Your objective: Each line from the first down to the one containing "f 112 47 111" should be returned exactly as it appears below.

==== Exercise input

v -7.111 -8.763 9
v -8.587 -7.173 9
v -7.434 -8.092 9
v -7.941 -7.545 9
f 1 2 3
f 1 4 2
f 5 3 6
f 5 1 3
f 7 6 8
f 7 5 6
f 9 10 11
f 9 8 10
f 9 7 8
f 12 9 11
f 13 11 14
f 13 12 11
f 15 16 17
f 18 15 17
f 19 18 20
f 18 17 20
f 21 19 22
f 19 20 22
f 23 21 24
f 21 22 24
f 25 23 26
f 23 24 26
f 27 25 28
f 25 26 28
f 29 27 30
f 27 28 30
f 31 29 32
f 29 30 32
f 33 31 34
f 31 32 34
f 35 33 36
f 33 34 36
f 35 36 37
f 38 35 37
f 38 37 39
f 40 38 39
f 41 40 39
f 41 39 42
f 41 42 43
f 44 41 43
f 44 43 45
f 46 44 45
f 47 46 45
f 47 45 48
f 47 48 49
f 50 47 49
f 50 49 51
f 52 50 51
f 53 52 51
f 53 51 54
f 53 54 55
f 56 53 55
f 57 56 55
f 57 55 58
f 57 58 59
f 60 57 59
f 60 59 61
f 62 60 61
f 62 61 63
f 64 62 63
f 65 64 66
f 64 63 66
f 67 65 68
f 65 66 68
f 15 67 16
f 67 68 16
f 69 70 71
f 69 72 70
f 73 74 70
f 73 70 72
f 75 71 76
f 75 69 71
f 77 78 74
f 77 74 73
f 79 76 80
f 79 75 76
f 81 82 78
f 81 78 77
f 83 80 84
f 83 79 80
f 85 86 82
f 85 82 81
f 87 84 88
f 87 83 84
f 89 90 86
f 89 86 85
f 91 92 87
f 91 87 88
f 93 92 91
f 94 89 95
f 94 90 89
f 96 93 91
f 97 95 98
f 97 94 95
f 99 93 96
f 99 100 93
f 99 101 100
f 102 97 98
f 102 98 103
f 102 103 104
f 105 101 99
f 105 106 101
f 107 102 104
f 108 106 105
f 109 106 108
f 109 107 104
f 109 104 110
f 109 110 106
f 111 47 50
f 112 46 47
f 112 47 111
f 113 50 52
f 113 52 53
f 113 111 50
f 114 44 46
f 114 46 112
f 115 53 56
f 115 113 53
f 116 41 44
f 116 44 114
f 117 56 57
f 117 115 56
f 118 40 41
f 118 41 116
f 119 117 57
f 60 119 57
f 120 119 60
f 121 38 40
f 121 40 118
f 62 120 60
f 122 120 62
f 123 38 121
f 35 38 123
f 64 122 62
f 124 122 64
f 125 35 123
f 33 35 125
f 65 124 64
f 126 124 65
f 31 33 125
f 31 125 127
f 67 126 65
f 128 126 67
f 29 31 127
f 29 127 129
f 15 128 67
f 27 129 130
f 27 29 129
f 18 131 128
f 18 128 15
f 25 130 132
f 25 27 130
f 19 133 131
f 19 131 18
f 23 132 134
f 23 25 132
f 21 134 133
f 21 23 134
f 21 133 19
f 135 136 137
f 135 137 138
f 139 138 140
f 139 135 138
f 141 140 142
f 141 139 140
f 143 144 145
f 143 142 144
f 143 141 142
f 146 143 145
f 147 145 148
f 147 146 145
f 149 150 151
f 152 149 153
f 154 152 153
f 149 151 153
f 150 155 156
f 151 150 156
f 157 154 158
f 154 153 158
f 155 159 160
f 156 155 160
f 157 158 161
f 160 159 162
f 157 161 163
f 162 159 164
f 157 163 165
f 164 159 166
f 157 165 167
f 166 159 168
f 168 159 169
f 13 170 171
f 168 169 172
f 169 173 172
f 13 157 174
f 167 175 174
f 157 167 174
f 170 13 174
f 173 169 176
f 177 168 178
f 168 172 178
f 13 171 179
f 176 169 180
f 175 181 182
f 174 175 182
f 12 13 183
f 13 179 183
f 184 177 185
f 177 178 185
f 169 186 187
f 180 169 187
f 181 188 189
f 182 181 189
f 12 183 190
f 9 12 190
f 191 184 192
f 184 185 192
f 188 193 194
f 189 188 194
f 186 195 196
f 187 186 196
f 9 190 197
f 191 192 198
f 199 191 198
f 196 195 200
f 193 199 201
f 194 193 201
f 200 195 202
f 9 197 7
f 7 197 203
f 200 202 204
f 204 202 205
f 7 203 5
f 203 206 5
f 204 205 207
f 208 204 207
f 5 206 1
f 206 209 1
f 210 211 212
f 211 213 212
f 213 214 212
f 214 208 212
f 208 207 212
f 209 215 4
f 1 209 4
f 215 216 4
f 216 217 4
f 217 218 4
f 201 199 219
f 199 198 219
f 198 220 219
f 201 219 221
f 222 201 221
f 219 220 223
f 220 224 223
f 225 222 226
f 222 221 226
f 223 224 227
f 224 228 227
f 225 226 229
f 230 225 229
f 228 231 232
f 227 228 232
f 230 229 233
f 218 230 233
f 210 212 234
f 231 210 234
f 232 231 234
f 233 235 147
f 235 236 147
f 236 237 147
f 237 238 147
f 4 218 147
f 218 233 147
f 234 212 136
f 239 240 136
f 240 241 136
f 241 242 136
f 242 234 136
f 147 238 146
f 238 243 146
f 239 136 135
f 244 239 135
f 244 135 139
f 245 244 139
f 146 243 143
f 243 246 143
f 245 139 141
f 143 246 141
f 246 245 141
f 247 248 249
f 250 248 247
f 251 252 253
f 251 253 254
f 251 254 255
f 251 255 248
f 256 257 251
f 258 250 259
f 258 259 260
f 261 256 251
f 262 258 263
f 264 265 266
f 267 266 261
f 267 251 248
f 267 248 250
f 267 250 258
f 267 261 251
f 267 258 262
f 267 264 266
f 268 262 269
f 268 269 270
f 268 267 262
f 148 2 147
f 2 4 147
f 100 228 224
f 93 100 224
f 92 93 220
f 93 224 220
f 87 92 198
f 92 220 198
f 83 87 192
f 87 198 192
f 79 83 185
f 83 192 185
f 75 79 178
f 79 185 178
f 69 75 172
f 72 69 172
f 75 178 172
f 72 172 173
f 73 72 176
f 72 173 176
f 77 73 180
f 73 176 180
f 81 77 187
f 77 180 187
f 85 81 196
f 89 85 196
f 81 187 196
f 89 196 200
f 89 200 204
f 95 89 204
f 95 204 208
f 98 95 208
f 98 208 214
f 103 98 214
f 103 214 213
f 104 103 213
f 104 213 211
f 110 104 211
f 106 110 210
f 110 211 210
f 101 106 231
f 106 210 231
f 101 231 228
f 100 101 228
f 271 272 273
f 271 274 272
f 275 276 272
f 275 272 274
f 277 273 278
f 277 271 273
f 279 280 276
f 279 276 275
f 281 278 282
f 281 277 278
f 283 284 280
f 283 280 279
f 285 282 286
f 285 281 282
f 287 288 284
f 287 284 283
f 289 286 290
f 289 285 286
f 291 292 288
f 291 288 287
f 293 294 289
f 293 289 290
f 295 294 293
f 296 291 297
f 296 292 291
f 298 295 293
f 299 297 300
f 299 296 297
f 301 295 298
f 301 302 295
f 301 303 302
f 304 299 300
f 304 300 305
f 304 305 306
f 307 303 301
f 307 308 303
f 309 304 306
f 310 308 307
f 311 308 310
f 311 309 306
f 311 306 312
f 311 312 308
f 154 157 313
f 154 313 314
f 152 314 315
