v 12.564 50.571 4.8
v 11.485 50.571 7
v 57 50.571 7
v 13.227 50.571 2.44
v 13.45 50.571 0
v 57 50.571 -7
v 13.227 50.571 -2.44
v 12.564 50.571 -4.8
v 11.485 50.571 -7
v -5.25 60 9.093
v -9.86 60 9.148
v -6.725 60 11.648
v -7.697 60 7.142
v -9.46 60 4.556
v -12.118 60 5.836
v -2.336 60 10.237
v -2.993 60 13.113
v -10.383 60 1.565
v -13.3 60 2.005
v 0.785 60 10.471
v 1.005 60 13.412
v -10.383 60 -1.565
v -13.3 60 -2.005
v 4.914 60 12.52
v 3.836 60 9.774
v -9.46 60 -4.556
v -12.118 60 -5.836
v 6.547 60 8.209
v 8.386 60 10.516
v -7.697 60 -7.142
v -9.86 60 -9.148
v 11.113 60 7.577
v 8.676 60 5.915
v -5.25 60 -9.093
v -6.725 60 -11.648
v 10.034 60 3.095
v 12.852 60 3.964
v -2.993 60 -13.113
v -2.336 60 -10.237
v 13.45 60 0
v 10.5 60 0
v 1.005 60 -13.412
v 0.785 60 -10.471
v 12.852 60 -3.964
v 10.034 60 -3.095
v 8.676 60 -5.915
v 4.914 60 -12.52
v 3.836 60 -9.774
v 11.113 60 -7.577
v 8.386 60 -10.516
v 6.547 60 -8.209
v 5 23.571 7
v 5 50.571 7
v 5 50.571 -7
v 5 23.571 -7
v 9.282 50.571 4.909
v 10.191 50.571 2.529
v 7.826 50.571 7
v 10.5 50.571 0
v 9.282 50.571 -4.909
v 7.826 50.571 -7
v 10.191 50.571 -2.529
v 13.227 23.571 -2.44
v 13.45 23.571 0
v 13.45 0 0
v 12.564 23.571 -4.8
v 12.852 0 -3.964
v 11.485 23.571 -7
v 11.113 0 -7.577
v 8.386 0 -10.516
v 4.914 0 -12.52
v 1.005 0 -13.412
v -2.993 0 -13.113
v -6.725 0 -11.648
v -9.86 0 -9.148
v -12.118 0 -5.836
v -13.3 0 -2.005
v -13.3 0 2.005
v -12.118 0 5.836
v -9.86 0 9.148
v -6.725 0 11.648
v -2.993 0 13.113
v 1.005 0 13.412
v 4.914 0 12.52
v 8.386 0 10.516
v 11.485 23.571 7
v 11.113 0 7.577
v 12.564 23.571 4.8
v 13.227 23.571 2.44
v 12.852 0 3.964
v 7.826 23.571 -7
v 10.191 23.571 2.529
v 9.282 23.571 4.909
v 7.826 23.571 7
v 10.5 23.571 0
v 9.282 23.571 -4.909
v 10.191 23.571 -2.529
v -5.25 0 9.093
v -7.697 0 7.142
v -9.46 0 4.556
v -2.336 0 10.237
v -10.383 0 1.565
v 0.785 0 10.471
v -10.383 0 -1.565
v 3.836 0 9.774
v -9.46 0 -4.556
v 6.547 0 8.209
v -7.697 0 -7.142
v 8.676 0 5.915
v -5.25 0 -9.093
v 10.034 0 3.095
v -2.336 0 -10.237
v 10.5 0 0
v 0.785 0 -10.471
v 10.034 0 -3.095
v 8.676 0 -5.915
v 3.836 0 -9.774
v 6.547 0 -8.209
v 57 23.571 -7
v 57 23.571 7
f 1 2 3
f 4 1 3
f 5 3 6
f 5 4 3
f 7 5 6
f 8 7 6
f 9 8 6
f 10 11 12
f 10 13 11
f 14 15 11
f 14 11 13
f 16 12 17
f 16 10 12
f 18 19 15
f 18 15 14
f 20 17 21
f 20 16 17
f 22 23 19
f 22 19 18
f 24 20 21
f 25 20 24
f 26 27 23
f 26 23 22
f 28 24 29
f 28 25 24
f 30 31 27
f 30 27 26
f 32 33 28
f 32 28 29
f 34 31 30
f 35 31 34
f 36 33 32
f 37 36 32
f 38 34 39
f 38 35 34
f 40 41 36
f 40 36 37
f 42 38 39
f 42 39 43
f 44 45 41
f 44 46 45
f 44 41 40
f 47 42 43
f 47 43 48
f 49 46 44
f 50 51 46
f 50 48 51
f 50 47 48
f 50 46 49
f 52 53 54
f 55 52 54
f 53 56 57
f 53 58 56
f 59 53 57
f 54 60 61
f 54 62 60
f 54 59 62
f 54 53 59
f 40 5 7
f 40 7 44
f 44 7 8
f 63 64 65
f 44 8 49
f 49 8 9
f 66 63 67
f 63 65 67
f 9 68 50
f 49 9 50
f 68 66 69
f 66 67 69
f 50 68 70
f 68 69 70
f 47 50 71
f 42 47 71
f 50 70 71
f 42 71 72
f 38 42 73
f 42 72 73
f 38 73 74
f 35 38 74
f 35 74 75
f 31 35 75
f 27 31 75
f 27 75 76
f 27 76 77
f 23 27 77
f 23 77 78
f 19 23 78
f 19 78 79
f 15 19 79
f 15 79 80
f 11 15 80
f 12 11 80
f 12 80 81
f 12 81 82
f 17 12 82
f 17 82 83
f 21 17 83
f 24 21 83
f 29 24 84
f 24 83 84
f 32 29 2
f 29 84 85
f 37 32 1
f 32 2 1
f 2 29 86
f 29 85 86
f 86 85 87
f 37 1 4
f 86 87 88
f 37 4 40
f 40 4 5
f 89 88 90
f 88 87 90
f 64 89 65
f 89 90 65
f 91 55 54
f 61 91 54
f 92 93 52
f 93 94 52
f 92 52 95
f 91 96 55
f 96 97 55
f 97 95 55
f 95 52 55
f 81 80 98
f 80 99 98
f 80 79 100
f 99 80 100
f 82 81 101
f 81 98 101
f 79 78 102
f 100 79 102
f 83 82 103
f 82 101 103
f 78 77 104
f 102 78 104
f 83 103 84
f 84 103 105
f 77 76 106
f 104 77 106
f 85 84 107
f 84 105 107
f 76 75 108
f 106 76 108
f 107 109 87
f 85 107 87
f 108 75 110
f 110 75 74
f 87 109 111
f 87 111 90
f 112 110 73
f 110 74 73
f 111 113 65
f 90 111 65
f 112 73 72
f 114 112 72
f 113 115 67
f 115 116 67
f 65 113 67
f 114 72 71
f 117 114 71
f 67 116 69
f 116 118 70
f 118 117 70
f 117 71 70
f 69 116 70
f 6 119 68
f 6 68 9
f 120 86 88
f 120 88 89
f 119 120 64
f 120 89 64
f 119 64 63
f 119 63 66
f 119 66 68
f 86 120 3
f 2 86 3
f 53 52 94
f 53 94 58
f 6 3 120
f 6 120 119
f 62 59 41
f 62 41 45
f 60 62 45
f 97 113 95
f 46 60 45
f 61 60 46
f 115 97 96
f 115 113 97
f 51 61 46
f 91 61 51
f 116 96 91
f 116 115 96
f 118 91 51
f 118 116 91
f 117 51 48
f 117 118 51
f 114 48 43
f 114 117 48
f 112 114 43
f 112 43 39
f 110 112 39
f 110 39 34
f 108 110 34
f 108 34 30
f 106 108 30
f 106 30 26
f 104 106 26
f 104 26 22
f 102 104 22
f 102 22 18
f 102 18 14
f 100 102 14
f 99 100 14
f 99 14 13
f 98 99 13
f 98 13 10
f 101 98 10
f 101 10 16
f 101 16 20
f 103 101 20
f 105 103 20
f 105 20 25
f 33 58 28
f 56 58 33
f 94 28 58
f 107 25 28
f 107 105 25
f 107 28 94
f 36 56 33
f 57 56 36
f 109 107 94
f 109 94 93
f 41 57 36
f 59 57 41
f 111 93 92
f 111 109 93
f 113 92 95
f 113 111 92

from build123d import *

# Parameters (mm, degrees)
SKETCH_1_R             = 13.45
SKETCH_1_R_2           = 10.5
EXTRUDE_1_DEPTH        = 60
EXTRUDE_1_2_DEPTH      = 47
EXTRUDE_1_2_DEPTH_BACK = 5
SKETCH_2_W             = 14
SKETCH_2_H             = 27


with BuildPart() as part:
    # 草圖1 → Extrude 1 (new body)
    with BuildSketch(Plane(origin=(0, 0, 0), x_dir=(1, 0, 0), z_dir=(0, 1, 0))):
        Circle(SKETCH_1_R)
        Circle(SKETCH_1_R_2, mode=Mode.SUBTRACT)
    extrude(amount=EXTRUDE_1_DEPTH)

    # 草圖2 → Extrude 1 2 (add, two sides: drawn at the far end of the back side and taken through both)
    with BuildSketch(Plane(origin=(10, 0, 0), x_dir=(0, 0, -1), z_dir=(1, 0, 0)).offset(-EXTRUDE_1_2_DEPTH_BACK)):
        with Locations((0, 37.071329062)):
            Rectangle(SKETCH_2_W, SKETCH_2_H)
    extrude(amount=EXTRUDE_1_2_DEPTH + EXTRUDE_1_2_DEPTH_BACK)


solid = part.part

========

Answer:
v -7.111 -8.763 9
v -8.587 -7.173 9
v -7.434 -8.092 9
v -7.941 -7.545 9
f 1 2 3
f 1 4 2
f 5 3 6
f 5 1 3
f 7 6 8
f 7 5 6
f 9 10 11
f 9 8 10
f 9 7 8
f 12 9 11
f 13 11 14
f 13 12 11
f 15 16 17
f 18 15 17
f 19 18 20
f 18 17 20
f 21 19 22
f 19 20 22
f 23 21 24
f 21 22 24
f 25 23 26
f 23 24 26
f 27 25 28
f 25 26 28
f 29 27 30
f 27 28 30
f 31 29 32
f 29 30 32
f 33 31 34
f 31 32 34
f 35 33 36
f 33 34 36
f 35 36 37
f 38 35 37
f 38 37 39
f 40 38 39
f 41 40 39
f 41 39 42
f 41 42 43
f 44 41 43
f 44 43 45
f 46 44 45
f 47 46 45
f 47 45 48
f 47 48 49
f 50 47 49
f 50 49 51
f 52 50 51
f 53 52 51
f 53 51 54
f 53 54 55
f 56 53 55
f 57 56 55
f 57 55 58
f 57 58 59
f 60 57 59
f 60 59 61
f 62 60 61
f 62 61 63
f 64 62 63
f 65 64 66
f 64 63 66
f 67 65 68
f 65 66 68
f 15 67 16
f 67 68 16
f 69 70 71
f 69 72 70
f 73 74 70
f 73 70 72
f 75 71 76
f 75 69 71
f 77 78 74
f 77 74 73
f 79 76 80
f 79 75 76
f 81 82 78
f 81 78 77
f 83 80 84
f 83 79 80
f 85 86 82
f 85 82 81
f 87 84 88
f 87 83 84
f 89 90 86
f 89 86 85
f 91 92 87
f 91 87 88
f 93 92 91
f 94 89 95
f 94 90 89
f 96 93 91
f 97 95 98
f 97 94 95
f 99 93 96
f 99 100 93
f 99 101 100
f 102 97 98
f 102 98 103
f 102 103 104
f 105 101 99
f 105 106 101
f 107 102 104
f 108 106 105
f 109 106 108
f 109 107 104
f 109 104 110
f 109 110 106
f 111 47 50
f 112 46 47
f 112 47 111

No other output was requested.